The Toronto Raptors, SportVU cameras, and the NBA's analytical revolution - swanson
http://www.grantland.com/story/_/id/9068903/the-toronto-raptors-sportvu-cameras-nba-analytical-revolution

======
nickalewis
Great article. As a huge NBA & NFL fan, It's intriguing to see the front
offices of some of these teams begin to think outside of the box when it comes
to player development. I think that's the most interesting opportunity here --
the practice of "watching film" is now innovative enough to not only help
prepare for opponents, but also provide coaches a better macro view of what to
work on with specific players in the short & long term. Especially in coaching
behavior "off the ball". Thats always a game changer.

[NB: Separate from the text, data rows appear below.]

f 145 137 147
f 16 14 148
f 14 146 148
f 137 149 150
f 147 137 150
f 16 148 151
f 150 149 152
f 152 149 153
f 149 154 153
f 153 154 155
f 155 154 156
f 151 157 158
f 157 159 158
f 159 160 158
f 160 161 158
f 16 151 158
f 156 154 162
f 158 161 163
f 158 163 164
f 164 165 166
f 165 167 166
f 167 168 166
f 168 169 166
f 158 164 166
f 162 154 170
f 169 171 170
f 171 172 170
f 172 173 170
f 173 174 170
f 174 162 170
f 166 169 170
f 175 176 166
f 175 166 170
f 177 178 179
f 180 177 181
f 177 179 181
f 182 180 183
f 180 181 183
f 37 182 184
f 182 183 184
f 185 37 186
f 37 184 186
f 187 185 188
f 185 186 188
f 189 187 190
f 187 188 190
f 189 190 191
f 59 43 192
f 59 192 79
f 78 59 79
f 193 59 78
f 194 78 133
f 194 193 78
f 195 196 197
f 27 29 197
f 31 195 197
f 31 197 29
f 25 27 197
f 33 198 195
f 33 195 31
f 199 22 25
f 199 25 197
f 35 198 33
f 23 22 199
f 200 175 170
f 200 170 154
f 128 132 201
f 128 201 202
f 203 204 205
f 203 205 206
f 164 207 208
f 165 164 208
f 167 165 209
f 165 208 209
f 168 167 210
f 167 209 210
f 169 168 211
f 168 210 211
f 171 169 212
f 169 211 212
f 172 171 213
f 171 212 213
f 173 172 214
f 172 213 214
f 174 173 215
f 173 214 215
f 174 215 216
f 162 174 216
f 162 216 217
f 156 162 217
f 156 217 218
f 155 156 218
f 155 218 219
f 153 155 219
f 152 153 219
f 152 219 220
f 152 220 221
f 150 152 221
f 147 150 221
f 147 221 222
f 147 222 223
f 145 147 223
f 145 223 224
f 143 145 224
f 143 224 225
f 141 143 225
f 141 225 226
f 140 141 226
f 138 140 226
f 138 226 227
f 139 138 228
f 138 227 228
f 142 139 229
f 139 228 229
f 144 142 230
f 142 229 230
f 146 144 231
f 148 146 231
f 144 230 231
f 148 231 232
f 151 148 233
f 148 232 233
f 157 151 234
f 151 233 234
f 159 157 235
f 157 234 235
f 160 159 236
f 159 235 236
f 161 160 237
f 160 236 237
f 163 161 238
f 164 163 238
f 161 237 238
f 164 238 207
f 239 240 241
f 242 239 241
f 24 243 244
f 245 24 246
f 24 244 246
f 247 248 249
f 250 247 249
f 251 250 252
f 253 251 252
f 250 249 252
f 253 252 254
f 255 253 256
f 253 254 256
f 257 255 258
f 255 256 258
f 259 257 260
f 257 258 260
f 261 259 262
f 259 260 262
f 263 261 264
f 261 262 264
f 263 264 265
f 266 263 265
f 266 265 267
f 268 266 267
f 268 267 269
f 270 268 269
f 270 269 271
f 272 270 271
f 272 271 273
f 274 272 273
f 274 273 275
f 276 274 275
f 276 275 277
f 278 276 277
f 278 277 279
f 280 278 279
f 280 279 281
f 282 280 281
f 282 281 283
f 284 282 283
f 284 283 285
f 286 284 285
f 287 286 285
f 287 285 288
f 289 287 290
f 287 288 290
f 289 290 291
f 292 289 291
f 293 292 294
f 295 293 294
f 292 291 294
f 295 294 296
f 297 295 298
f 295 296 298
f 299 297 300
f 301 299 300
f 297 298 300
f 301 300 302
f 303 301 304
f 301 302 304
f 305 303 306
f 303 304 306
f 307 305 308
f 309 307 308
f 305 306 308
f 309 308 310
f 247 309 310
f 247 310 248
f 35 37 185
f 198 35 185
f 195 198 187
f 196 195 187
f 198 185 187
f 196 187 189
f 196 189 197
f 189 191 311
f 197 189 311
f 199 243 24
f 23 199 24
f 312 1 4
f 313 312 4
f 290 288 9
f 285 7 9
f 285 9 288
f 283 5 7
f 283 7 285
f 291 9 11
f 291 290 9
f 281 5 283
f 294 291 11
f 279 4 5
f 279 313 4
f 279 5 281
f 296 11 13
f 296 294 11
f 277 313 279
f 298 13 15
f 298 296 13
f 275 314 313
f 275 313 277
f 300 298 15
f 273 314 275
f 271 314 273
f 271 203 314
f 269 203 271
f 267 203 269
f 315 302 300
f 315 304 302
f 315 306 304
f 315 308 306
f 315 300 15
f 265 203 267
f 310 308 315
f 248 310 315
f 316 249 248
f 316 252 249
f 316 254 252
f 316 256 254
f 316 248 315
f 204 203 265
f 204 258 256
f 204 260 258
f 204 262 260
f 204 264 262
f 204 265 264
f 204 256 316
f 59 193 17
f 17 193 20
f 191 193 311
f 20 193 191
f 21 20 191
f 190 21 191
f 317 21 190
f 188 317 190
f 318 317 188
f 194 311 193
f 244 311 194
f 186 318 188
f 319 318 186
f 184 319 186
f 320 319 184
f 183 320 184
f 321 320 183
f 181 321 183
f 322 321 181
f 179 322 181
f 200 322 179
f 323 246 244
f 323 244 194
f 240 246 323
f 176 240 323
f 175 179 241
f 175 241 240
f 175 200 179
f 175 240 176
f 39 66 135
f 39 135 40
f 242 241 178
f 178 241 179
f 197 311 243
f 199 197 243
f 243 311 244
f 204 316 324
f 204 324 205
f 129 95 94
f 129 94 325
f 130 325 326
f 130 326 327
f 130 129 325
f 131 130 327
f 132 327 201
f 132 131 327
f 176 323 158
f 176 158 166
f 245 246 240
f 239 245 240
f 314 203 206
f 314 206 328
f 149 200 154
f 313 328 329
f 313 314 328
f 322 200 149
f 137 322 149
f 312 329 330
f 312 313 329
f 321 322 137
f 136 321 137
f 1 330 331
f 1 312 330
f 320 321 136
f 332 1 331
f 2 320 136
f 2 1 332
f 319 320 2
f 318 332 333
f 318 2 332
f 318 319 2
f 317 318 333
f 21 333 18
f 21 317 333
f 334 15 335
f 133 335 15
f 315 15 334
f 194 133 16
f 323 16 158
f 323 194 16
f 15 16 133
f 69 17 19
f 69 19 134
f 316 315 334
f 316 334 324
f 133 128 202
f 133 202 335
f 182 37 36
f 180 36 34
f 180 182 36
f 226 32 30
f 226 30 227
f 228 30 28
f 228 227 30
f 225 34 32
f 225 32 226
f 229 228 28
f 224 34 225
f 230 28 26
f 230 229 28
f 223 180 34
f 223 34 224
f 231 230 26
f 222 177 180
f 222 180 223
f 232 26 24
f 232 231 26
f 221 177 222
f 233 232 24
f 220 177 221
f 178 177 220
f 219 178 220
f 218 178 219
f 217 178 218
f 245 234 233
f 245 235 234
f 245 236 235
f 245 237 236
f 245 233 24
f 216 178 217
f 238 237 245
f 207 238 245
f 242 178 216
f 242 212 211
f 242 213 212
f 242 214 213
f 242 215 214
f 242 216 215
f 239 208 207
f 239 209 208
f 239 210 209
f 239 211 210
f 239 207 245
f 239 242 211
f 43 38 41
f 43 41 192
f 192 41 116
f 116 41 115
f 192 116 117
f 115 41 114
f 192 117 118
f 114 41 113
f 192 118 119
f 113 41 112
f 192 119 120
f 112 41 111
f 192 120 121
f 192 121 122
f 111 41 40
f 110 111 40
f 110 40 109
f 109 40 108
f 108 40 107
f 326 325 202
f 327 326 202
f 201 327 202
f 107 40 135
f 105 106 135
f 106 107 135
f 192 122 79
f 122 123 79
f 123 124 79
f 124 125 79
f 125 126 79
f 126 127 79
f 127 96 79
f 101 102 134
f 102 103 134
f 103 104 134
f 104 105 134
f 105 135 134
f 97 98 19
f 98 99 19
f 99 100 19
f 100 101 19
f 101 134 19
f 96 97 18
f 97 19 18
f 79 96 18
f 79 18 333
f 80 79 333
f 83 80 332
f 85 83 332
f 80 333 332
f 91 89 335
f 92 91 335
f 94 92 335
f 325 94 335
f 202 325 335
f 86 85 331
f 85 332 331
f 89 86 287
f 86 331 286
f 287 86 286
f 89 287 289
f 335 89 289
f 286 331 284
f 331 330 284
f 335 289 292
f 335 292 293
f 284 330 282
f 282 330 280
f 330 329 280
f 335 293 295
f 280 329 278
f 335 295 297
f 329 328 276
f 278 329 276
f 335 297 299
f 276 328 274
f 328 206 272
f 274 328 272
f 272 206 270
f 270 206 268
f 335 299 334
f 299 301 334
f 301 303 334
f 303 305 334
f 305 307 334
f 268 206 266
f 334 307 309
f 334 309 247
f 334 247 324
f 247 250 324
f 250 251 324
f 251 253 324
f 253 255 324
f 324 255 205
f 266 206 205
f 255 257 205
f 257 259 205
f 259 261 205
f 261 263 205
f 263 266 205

The ghost AI is pretty impressive as well. I was skeptical at first as to how
authentic this type of "player AI" would be, considering the program makes
assumptions based on historical numbers and any athlete/coach would certainly
argue that its different in-game, however this says a ton:

> That's brutal, and it's not a coincidence that the only team that
> consistently mirrors the help defense of its ghosts is Miami, Rucker says.
> The Heat have three of the best wing defenders in the league in Shane
> Battier, LeBron James, and Dwyane Wade, and the latter two are among the
> NBA's most gifted pure athletes. James can mimic DeRozan's hyperactive ghost
> in a way no other player can, Rucker says. "LeBron basically messes up the
> system and the ghosts," Rucker says. "He does things that are just
> unsustainable for most players."

Not a huge Miami fan (Go BULLS!) but you can't deny their defensive effort.

Thanks for sharing!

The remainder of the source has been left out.